In terms of the estimation and prediction, it can be found that the RMSE, MAPE, and STD values of the MKMOWM model are all smaller than the corresponding values of the OWMKM model. In terms of prediction, the results of the OWMKM model are better than those of the NAR model. The $R^2$ value of the MKMOWM model is greater than that of the OWMKM model.

To see the sensitivity and stability of the models, the statistics Augmented Dickey–Fuller (ADF), p-value, and Lag order were used. The specific results are shown in the following

Table 6. The sensitivity and stability of the models.

Statistic	Raw	OWM	OWMKM	MKMOWM	QFRMKM	FGMKM
ADF	−2.6396	−3.6657	−3.8905	−3.0440	−3.000	−2.1295
p-value	0.3287	0.04531	0.0295	0.1747	0.1914	0.5230
Lag order	2	2	2	2	2	2

.

As can be seen from the table above, the sensitivity and stability of the OWMKM model and the MKMOWM model established by us are superior to those of their sub-models.

In order to validate the robustness of the obtained results, we performed pairwise cross-validation between the models: OWMKM and MKMOWM, OWMKM and QFRMKM, OWMKM and FGMKM, OWMKM and OWM, MKMOWM and QFRMKM, MKMOWM and FGMKM, MKMOWM and OWM, QFRMKM and FGMKM, QFRMKM and OWM, and FGMKM and OWM. The specific heatmaps are shown in the figure below.

As can be seen from Figure 4, the model established by us is robust.

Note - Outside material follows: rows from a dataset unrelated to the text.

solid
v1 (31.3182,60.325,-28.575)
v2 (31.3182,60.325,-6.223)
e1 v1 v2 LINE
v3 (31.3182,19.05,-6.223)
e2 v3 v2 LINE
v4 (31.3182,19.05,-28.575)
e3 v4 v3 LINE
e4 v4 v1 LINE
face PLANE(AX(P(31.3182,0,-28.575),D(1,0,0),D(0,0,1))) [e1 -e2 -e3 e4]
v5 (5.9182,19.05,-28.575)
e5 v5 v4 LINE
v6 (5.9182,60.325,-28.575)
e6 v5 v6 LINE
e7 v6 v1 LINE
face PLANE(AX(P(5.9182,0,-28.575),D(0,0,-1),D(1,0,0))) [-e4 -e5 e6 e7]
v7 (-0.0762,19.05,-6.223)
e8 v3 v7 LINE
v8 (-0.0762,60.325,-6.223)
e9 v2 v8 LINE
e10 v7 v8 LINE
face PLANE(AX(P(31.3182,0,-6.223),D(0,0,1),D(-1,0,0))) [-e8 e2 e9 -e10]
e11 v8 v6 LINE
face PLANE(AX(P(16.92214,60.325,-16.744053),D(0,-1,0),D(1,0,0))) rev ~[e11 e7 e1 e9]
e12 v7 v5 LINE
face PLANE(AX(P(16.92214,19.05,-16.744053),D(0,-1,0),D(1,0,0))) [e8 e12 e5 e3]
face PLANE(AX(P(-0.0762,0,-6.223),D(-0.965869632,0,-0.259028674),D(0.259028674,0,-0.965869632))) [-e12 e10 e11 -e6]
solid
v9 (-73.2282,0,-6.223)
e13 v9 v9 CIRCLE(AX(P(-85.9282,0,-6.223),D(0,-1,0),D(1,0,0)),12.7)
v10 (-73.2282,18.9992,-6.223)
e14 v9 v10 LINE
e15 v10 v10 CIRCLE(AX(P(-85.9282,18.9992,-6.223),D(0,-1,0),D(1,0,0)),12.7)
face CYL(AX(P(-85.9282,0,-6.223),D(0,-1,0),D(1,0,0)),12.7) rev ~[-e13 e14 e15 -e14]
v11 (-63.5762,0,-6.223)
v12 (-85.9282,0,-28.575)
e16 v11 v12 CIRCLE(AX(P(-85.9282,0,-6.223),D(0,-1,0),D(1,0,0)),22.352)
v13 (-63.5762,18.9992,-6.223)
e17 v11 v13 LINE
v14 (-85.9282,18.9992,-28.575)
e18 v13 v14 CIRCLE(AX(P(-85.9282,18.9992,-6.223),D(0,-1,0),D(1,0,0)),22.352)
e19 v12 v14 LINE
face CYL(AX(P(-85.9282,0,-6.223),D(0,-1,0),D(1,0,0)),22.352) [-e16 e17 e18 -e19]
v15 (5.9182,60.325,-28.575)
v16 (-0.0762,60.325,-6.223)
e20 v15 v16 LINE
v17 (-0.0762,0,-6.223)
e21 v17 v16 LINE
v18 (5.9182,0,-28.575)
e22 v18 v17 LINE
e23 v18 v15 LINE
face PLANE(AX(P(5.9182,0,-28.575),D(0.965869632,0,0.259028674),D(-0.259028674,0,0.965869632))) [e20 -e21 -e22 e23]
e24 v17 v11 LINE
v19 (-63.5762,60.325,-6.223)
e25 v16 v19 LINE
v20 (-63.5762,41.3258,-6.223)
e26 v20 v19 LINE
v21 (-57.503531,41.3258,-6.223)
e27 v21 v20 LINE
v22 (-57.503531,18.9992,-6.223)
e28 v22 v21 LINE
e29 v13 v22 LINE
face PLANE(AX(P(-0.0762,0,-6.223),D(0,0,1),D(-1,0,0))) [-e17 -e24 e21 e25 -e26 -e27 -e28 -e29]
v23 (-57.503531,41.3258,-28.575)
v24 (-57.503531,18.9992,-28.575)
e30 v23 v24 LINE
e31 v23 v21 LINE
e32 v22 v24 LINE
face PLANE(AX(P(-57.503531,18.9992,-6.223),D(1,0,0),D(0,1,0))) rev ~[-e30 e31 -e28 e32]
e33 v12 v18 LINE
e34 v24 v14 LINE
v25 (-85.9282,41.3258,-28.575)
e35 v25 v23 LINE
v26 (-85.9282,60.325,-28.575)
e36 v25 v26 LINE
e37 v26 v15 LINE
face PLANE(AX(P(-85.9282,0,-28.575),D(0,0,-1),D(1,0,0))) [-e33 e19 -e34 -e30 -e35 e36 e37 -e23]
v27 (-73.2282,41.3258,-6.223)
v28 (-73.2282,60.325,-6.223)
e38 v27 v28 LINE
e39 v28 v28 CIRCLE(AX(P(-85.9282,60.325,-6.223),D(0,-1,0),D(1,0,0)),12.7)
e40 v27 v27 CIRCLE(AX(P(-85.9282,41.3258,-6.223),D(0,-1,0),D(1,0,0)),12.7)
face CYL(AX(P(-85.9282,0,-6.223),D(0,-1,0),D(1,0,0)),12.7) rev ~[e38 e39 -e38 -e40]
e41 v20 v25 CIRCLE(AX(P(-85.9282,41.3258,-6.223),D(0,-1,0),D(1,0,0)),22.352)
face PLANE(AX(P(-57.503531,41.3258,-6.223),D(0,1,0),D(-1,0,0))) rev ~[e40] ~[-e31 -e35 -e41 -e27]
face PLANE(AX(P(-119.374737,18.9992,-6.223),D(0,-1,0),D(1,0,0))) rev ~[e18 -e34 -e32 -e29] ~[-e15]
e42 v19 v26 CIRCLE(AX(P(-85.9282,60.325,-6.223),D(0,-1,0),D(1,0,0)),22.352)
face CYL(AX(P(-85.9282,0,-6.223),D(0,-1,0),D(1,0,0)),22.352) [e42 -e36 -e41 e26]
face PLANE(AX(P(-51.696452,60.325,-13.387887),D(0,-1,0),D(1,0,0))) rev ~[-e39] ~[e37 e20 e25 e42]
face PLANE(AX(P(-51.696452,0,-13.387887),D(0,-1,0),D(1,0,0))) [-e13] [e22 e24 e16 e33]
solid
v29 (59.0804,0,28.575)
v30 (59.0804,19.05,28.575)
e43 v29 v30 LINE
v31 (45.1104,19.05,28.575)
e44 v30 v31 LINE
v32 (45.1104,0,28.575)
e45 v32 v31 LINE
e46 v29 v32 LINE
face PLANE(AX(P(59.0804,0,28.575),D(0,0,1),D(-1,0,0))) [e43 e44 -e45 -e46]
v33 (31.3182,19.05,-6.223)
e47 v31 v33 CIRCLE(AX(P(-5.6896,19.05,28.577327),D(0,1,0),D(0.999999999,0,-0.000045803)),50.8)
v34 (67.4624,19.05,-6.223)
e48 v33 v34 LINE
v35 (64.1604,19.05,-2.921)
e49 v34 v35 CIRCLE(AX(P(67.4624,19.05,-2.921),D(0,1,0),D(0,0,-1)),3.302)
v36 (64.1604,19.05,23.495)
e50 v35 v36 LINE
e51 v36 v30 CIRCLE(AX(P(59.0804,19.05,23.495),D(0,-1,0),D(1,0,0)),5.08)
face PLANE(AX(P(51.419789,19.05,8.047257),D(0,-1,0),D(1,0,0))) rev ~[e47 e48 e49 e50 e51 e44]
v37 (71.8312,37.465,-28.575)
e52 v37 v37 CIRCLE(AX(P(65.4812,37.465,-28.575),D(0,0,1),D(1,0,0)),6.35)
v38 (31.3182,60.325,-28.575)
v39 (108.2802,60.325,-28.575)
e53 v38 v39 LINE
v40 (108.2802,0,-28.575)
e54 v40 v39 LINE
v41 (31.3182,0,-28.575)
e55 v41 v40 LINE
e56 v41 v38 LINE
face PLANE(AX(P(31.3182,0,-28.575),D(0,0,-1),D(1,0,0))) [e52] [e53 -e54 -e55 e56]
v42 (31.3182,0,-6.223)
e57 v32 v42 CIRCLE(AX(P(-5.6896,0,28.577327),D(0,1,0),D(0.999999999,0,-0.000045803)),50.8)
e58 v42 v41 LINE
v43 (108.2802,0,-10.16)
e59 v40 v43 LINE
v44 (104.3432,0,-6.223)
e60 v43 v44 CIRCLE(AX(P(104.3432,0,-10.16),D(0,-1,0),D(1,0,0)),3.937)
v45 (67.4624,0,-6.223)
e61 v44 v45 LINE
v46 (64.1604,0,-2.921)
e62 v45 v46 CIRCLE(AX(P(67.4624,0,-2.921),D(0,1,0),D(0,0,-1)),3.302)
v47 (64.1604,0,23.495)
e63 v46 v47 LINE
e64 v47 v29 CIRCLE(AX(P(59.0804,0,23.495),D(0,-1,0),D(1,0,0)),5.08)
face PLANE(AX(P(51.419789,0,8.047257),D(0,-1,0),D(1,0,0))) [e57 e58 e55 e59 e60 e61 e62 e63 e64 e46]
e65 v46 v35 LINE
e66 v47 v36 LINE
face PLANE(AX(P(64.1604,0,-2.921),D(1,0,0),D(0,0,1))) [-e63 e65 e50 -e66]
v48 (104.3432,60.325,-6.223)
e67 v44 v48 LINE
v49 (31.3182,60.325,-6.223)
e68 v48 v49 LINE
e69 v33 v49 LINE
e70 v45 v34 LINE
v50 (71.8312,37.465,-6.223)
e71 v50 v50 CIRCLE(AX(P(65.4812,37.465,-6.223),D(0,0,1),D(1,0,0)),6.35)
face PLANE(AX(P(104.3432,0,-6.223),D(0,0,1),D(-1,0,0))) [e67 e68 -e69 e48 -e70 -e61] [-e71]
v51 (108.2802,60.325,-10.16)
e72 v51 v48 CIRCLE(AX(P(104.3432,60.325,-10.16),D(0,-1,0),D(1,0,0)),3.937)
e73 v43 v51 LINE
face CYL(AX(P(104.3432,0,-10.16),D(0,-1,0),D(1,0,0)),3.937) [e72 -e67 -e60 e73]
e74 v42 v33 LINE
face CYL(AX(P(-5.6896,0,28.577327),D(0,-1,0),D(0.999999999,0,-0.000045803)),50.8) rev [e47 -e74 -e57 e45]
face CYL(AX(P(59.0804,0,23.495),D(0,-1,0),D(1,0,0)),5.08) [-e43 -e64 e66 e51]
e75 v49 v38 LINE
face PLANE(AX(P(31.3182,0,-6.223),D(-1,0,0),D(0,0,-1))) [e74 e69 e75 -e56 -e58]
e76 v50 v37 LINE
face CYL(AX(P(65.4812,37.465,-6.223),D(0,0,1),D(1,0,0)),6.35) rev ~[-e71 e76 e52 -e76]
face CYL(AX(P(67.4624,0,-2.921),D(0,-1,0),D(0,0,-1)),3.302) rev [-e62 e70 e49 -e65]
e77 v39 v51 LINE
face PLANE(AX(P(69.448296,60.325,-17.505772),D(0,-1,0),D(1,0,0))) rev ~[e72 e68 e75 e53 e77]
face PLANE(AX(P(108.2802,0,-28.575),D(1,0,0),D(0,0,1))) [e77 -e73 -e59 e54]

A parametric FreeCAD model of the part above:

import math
import FreeCAD as App
import Part
import Sketcher
Q = App.Units.Quantity

doc = App.newDocument("Part")
params = doc.addObject("Spreadsheet::Sheet", "Params")
for row, (alias, value) in enumerate([
    ("sketch1_radius", "0.155 in"),
    ("sketch1_width", "3.03 in"),
    ("sketch1_height", "0.88 in"),
    ("pad1_length", "2.375 in"),
    ("sketch2_radius", "2 in"),
    ("sketch2_radius2", "0.2 in"),
    ("sketch2_radius3", "0.13 in"),
    ("sketch2_width", "0.55 in"),
    ("sketch2_height", "1.04 in"),
    ("pad2_length", "0.75 in"),
    ("sketch3_diameter", "0.5 in"),
    ("sketch4_diameter", "1 in"),
    ("sketch4_radius", "0.88 in"),
    ("sketch4_width", "2.5 in"),
    ("sketch4_width2", "3.616 in"),
    ("pad3_length", "2.375 in"),
    ("sketch5_height", "0.879 in"),
    ("pocket2_length", "8.3 in"),
    ("sketch6_width", "1 in"),
    ("sketch6_height", "0.88 in"),
    ("sketch6_width2", "1.236 in"),
    ("pad4_length", "2.375 in"),
    ("sketch7_width", "1 in"),
    ("sketch7_height", "0.88 in"),
    ("sketch7_width2", "1.236 in"),
    ("pocket3_length", "0.75 in"),
], start=1):
    params.set(f"A{row}", alias)
    params.set(f"B{row}", "=" + value)
    params.setAlias(f"B{row}", alias)

body = doc.addObject("PartDesign::Body", "Body")

sketch1 = body.newObject("Sketcher::SketchObject", "Sketch")
sketch1.AttachmentSupport = (doc.getObject("XZ_Plane"), [""])
sketch1.MapMode = "FlatFace"
sketch1.addGeometry([
    Part.LineSegment(App.Vector(31.3182, -28.575, 0), App.Vector(108.2802, -28.575, 0)),
    Part.LineSegment(App.Vector(108.2802, -28.575, 0), App.Vector(108.2802, -10.16, 0)),
    Part.ArcOfCircle(Part.Circle(App.Vector(104.3432, -10.16, 0), App.Vector(0, 0, 1), 3.937), math.radians(0), math.radians(90)),
    Part.LineSegment(App.Vector(104.3432, -6.223, 0), App.Vector(31.3182, -6.223, 0)),
    Part.LineSegment(App.Vector(31.3182, -6.223, 0), App.Vector(31.3182, -28.575, 0)),
], False)
sketch1.addConstraint([
    Sketcher.Constraint("Coincident", 0, 2, 1, 1),
    Sketcher.Constraint("Tangent", 1, 2, 2, 1),
    Sketcher.Constraint("Tangent", 2, 2, 3, 1),
    Sketcher.Constraint("Coincident", 3, 2, 4, 1),
    Sketcher.Constraint("Coincident", 4, 2, 0, 1),
    Sketcher.Constraint("Horizontal", 0),
    Sketcher.Constraint("Vertical", 1),
    Sketcher.Constraint("Horizontal", 3),
    Sketcher.Constraint("Vertical", 4),
    Sketcher.Constraint("Radius", 2, Q("0.155 in")),
    Sketcher.Constraint("DistanceX", 0, 1, 0, 2, Q("3.03 in")),
    Sketcher.Constraint("DistanceY", 4, 2, 4, 1, Q("0.88 in")),
    Sketcher.Constraint("DistanceY", 2, 3, -1, 1, Q("0.4 in")),
    Sketcher.Constraint("DistanceX", -1, 1, 2, 3, Q("4.108 in")),
])
sketch1.setExpression("Constraints[9]", "Params.sketch1_radius")
sketch1.setExpression("Constraints[10]", "Params.sketch1_width")
sketch1.setExpression("Constraints[11]", "Params.sketch1_height")
pad1 = body.newObject("PartDesign::Pad", "Pad")
pad1.Profile = sketch1
pad1.setExpression("Length", "Params.pad1_length")
pad1.Reversed = True

sketch2 = body.newObject("Sketcher::SketchObject", "Sketch001")
sketch2.AttachmentSupport = (doc.getObject("XZ_Plane"), [""])
sketch2.MapMode = "FlatFace"
sketch2.addGeometry([
    Part.ArcOfCircle(Part.Circle(App.Vector(-5.6896, 28.577327, 0), App.Vector(0, 0, 1), 50.8), math.radians(-43.239209), math.radians(-0.002624)),
    Part.LineSegment(App.Vector(31.3182, -6.223, 0), App.Vector(67.4624, -6.223, 0)),
    Part.ArcOfCircle(Part.Circle(App.Vector(67.4624, -2.921, 0), App.Vector(0, 0, 1), 3.302), math.radians(180), math.radians(270)),
    Part.LineSegment(App.Vector(64.1604, -2.921, 0), App.Vector(64.1604, 23.495, 0)),
    Part.ArcOfCircle(Part.Circle(App.Vector(59.0804, 23.495, 0), App.Vector(0, 0, 1), 5.08), math.radians(0), math.radians(90)),
    Part.LineSegment(App.Vector(59.0804, 28.575, 0), App.Vector(45.1104, 28.575, 0)),
], False)
sketch2.addConstraint([
    Sketcher.Constraint("Coincident", 0, 1, 1, 1),
    Sketcher.Constraint("Tangent", 1, 2, 2, 2),
    Sketcher.Constraint("Tangent", 2, 1, 3, 1),
    Sketcher.Constraint("Tangent", 3, 2, 4, 1),
    Sketcher.Constraint("Tangent", 4, 2, 5, 1),
    Sketcher.Constraint("Coincident", 5, 2, 0, 2),
    Sketcher.Constraint("Horizontal", 1),
    Sketcher.Constraint("Vertical", 3),
    Sketcher.Constraint("Horizontal", 5),
    Sketcher.Constraint("Radius", 0, Q("2 in")),
    Sketcher.Constraint("Radius", 4, Q("0.2 in")),
    Sketcher.Constraint("Radius", 2, Q("0.13 in")),
    Sketcher.Constraint("DistanceX", 5, 2, 5, 1, Q("0.55 in")),
    Sketcher.Constraint("DistanceY", 3, 1, 3, 2, Q("1.04 in")),
    Sketcher.Constraint("DistanceX", 1, 1, 1, 2, Q("1.423 in")),
    Sketcher.Constraint("DistanceX", 0, 3, -1, 1, Q("0.224 in")),
    Sketcher.Constraint("DistanceY", 2, 3, -1, 1, Q("0.115 in")),
])
sketch2.setExpression("Constraints[9]", "Params.sketch2_radius")
sketch2.setExpression("Constraints[10]", "Params.sketch2_radius2")
sketch2.setExpression("Constraints[11]", "Params.sketch2_radius3")
sketch2.setExpression("Constraints[12]", "Params.sketch2_width")
sketch2.setExpression("Constraints[13]", "Params.sketch2_height")
pad2 = body.newObject("PartDesign::Pad", "Pad001")
pad2.Profile = sketch2
pad2.setExpression("Length", "Params.pad2_length")
pad2.Reversed = True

The forecasted GDP of Hunan by OWMKM from 2024 to 2026 is 50,586.27, 52,986.55, and 55,260.74 (unit: billion CNY). The projected values of the GDP in Hunan by MKMOWM from 2024 to 2026 are as follows: 51,141.54, 54,395.67, and 57,708.27 (unit: billion CNY).

5. Conclusions

The optimal weighted combination model is one of the models that has been widely studied in the field of statistical data prediction. This paper focuses on utilizing the GDP data of Hunan Province from 2000 to 2021 as historical data, to establish and investigate the optimal weighted Markov model for predicting the subsequent five years’ (i.e., 2017–2023) development trend of the GDP in Hunan Province. The predictive results indicate that the new model established in this paper exhibits higher forecasting accuracy and better stability compared to traditional grey prediction models, such as the optimal combination model (OWM), NAR model, and ARIMA model. Additionally, the new model, to some extent, mitigates the randomness of the original data, reducing the disturbance bounds of the grey prediction model solutions. In summary, the MKMOWM model outperforms the OWMKM model in both estimation and prediction. The model developed in this paper not only enables more precise forecasting of the regional gross domestic product (GDP) but also can be effectively applied to predict statistical data, such as the regional permanent population and real estate prices. In this paper, there is no research on the influencing factors and variables of the GDP. The use of longitudinal data to model the GDP was not considered. We will use a neural network model to study the GDP and its influencing factors. We will apply the combined model to analyze the direct and indirect effects of corporate bankruptcy on the GDP, the impact of corporate bankruptcy. First of all, the increase in non-performing loans and the bankruptcy of enterprises will lead to their loans becoming non-performing loans, increasing the bad debt rate of banks. Second, the impact on household consumption and corporate insolvency not only affects the financial sector but also indirectly affects household consumption by reducing employment opportunities and wage income. Third, the loss of wages and corporate bankruptcy may lead to a large number of employees unemployed or reduced working hours, which directly affects the income level and consumption capacity of households, further depressing the GDP. Finally, recession expectations, such expectations, can affect consumer spending behavior and business investment decisions, thus restraining economic growth, with less investment in businesses, further depressing GDP growth.